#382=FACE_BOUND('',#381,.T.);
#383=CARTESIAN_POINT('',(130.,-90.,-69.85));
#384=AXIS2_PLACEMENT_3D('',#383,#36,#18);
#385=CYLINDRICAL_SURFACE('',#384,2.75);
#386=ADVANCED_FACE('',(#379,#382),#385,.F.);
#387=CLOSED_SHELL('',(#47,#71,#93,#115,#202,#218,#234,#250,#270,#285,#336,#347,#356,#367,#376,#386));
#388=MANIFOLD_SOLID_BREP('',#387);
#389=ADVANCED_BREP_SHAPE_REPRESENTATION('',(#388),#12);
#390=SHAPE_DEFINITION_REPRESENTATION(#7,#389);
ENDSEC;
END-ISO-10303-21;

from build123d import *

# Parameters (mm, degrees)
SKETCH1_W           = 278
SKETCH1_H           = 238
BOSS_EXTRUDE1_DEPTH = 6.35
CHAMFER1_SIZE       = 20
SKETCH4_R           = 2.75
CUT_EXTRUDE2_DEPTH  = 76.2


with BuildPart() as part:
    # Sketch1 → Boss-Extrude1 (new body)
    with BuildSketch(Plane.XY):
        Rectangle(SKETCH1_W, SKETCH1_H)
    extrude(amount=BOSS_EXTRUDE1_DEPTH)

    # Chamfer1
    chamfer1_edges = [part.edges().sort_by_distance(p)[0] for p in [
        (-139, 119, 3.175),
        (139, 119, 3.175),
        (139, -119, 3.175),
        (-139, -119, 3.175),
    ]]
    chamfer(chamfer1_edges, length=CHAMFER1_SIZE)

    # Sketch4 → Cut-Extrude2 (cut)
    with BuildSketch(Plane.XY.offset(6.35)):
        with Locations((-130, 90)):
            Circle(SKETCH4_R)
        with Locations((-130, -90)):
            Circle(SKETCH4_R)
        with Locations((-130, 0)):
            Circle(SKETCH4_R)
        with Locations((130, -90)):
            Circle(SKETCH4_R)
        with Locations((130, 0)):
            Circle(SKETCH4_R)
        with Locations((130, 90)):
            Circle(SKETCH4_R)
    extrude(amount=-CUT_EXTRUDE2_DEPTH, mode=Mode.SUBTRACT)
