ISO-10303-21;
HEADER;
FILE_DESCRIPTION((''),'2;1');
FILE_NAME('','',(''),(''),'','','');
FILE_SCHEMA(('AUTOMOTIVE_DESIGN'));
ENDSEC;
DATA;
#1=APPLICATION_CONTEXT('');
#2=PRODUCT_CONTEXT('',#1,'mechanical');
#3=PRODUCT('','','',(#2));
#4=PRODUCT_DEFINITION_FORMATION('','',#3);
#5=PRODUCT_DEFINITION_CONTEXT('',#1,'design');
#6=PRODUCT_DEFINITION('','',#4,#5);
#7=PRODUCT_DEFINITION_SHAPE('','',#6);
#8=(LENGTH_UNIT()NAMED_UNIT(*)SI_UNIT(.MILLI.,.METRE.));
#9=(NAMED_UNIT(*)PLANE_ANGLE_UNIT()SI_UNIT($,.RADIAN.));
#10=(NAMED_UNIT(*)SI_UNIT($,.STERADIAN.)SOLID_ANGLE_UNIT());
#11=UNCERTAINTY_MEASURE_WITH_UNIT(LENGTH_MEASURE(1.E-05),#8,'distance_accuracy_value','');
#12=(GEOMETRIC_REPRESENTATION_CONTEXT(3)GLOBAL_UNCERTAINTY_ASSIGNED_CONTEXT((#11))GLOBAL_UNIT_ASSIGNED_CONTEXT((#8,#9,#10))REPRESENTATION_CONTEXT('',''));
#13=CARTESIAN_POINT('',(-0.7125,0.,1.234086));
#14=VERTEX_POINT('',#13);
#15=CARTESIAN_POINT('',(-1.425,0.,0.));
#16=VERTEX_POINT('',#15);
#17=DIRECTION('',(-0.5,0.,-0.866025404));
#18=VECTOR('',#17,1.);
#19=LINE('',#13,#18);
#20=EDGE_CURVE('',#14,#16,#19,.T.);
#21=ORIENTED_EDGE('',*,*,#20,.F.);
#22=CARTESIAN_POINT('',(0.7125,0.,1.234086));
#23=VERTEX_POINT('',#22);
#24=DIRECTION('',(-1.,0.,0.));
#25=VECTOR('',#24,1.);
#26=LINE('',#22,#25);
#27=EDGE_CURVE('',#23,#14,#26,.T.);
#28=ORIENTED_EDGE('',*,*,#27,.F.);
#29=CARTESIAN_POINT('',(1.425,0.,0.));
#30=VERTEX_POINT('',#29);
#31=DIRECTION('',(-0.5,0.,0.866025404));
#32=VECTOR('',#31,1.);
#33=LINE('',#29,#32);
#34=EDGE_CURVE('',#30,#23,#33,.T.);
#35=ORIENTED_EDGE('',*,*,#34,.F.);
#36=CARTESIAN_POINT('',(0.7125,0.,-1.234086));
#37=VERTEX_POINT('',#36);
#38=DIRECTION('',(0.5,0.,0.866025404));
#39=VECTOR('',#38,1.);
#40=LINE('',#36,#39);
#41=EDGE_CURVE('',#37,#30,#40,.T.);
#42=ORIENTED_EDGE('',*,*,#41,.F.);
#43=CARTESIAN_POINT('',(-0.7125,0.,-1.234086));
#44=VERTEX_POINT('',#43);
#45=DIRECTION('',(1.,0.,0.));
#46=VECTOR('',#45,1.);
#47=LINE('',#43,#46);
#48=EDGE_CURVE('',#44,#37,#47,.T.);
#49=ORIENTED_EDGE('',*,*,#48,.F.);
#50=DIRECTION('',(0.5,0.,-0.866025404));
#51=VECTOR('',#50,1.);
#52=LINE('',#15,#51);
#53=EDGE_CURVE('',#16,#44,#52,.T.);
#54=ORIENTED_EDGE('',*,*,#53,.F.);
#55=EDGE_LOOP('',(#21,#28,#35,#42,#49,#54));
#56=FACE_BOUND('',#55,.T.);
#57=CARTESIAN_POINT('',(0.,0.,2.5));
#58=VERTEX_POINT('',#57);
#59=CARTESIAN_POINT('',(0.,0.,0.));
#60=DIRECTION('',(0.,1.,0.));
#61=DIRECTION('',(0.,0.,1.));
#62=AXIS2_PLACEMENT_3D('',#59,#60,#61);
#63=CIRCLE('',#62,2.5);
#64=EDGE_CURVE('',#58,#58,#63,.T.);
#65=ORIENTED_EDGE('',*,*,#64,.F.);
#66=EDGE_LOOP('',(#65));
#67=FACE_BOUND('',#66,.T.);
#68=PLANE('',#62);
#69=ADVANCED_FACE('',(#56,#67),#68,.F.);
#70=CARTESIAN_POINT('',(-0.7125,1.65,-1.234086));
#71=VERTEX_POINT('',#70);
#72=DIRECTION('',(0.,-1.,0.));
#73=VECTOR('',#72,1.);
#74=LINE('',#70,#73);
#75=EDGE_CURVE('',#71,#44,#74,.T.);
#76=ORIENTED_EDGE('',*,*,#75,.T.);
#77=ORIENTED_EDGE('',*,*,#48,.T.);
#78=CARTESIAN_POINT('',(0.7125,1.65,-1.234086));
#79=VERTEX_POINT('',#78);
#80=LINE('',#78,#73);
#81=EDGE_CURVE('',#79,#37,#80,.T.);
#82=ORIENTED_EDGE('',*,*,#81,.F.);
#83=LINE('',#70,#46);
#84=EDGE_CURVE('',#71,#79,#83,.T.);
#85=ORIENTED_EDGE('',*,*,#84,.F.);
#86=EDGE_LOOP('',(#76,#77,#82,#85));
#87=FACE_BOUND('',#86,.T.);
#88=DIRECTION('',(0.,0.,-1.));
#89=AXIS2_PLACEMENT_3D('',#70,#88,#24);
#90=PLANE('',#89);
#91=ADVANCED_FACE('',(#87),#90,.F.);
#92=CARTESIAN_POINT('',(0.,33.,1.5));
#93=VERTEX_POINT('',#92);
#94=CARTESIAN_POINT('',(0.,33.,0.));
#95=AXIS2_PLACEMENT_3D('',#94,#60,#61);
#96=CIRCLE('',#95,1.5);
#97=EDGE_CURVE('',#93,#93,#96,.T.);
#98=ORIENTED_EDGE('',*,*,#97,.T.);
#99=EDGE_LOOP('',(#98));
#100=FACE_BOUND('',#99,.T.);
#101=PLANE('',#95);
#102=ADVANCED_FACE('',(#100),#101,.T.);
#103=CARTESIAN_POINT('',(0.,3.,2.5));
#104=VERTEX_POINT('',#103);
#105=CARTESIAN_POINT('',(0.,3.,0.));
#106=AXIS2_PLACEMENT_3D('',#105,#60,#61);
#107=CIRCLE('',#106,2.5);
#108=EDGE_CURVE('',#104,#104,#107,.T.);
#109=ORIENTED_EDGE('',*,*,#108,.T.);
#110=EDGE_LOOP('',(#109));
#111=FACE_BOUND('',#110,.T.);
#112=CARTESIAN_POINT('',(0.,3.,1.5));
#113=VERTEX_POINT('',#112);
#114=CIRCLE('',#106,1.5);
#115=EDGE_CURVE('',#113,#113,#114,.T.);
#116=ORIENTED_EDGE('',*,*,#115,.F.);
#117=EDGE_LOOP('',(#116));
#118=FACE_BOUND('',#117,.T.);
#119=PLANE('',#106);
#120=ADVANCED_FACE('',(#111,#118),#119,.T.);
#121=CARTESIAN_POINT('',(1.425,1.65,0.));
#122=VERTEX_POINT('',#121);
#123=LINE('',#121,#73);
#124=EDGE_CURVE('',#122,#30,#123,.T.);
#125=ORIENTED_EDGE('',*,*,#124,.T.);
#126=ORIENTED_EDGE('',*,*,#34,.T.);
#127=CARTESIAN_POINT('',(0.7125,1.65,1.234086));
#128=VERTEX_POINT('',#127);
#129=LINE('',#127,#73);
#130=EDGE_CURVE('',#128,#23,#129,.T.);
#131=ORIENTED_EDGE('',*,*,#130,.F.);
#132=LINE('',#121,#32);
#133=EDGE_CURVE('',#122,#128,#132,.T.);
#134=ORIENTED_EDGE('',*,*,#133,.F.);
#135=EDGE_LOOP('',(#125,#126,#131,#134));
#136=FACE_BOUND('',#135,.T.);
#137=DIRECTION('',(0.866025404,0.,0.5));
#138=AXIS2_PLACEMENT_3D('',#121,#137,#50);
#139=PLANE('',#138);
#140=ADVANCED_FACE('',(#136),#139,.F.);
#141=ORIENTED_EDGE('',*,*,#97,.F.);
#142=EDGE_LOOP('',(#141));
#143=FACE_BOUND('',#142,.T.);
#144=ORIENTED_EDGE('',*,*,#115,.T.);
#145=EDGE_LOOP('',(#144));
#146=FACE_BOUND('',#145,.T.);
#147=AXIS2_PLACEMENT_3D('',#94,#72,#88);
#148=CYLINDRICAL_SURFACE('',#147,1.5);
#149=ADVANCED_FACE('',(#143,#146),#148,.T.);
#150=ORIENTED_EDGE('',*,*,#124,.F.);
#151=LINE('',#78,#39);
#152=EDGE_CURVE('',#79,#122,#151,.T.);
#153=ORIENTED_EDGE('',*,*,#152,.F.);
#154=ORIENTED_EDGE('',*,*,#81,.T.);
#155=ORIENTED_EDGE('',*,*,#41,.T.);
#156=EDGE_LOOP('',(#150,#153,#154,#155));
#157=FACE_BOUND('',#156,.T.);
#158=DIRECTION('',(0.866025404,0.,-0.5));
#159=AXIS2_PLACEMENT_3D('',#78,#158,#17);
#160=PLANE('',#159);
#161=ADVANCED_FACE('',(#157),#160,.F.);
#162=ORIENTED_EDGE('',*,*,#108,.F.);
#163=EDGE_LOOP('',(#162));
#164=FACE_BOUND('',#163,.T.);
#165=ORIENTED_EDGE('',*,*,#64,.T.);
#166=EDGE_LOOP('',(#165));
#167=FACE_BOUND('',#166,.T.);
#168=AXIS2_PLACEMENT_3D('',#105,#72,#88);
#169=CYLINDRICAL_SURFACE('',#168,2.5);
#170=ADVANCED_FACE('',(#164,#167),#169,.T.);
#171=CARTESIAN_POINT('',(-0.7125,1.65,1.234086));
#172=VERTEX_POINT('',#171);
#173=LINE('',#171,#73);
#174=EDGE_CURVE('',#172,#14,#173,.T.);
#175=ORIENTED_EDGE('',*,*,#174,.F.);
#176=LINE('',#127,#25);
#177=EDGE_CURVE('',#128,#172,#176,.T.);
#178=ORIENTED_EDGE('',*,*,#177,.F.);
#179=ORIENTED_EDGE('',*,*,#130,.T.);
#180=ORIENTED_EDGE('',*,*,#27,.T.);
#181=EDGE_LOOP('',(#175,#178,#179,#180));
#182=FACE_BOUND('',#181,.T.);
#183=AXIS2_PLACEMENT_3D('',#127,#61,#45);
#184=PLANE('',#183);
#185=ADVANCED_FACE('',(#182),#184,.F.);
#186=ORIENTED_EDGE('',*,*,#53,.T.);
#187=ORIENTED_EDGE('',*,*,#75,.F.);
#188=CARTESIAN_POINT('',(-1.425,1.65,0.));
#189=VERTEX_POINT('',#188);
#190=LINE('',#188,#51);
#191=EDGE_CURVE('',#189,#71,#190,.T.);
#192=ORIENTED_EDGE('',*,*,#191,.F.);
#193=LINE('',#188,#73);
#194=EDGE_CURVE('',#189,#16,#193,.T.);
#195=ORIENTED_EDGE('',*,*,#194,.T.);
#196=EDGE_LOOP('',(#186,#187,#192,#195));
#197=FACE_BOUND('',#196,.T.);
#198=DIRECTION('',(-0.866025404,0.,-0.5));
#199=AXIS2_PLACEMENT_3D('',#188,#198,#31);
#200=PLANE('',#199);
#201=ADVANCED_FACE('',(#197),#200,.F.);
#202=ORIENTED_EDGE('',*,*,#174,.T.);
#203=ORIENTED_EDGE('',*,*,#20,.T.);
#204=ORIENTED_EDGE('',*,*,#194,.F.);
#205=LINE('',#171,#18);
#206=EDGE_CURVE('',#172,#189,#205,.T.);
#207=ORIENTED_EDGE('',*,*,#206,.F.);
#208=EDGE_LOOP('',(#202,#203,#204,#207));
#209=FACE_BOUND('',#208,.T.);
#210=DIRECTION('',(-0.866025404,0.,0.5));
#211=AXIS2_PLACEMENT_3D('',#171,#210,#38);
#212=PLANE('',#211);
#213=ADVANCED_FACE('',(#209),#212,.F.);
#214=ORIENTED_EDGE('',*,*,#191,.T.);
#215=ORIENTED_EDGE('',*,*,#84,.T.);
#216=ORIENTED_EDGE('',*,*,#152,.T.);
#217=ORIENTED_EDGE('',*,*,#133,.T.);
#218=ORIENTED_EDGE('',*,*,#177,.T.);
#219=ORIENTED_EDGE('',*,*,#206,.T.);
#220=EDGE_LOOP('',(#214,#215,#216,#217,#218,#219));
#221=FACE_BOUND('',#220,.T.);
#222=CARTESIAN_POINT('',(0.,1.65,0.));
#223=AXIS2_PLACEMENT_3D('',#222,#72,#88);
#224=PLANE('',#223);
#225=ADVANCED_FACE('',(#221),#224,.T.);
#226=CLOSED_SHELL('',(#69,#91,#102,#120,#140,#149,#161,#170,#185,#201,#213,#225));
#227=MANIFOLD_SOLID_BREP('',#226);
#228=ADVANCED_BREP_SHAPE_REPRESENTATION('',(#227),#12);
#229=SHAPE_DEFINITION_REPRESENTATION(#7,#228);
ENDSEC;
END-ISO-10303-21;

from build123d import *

# Parameters (mm, degrees)
SKETCH_1_R          = 2.5
EXTRUDE_1_DEPTH     = 3
SKETCH_2_R          = 1.5
EXTRUDE_2_DEPTH     = 30
CUT_EXTRUDE_1_DEPTH = 1.65


with BuildPart() as part:
    # 草图1 → 凸台-拉伸1 (new body)
    with BuildSketch(Plane(origin=(0, 0, 0), x_dir=(1, 0, 0), z_dir=(0, 1, 0))):
        Circle(SKETCH_1_R)
    extrude(amount=EXTRUDE_1_DEPTH)

    # 草图2 → 凸台-拉伸2 (add)
    with BuildSketch(Plane(origin=(0, 3, 0), x_dir=(1, 0, 0), z_dir=(0, 1, 0))):
        Circle(SKETCH_2_R)
    extrude(amount=EXTRUDE_2_DEPTH)

    # 草图3 → 切除-拉伸1 (cut)
    with BuildSketch(Plane.XZ):
        Polygon((1.425, 0), (0.7125, 1.2340862), (-0.7125, 1.2340862), (-1.425, 0), (-0.7125, -1.2340862), (0.7125, -1.2340862), align=None)
    extrude(amount=-CUT_EXTRUDE_1_DEPTH, mode=Mode.SUBTRACT)


solid = part.part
◇ ◇ ◇
(What this task involves): Your answer should be the lines of the listing above between the line holding "#54=ORIENTED_EDGE('',*,*,#53,.F.);" and the line holding "#68=PLANE('',#62);", inclusive, restated word for word and alone.

(Output for this exercise):
#54=ORIENTED_EDGE('',*,*,#53,.F.);
#55=EDGE_LOOP('',(#21,#28,#35,#42,#49,#54));
#56=FACE_BOUND('',#55,.T.);
#57=CARTESIAN_POINT('',(0.,0.,2.5));
#58=VERTEX_POINT('',#57);
#59=CARTESIAN_POINT('',(0.,0.,0.));
#60=DIRECTION('',(0.,1.,0.));
#61=DIRECTION('',(0.,0.,1.));
#62=AXIS2_PLACEMENT_3D('',#59,#60,#61);
#63=CIRCLE('',#62,2.5);
#64=EDGE_CURVE('',#58,#58,#63,.T.);
#65=ORIENTED_EDGE('',*,*,#64,.F.);
#66=EDGE_LOOP('',(#65));
#67=FACE_BOUND('',#66,.T.);
#68=PLANE('',#62);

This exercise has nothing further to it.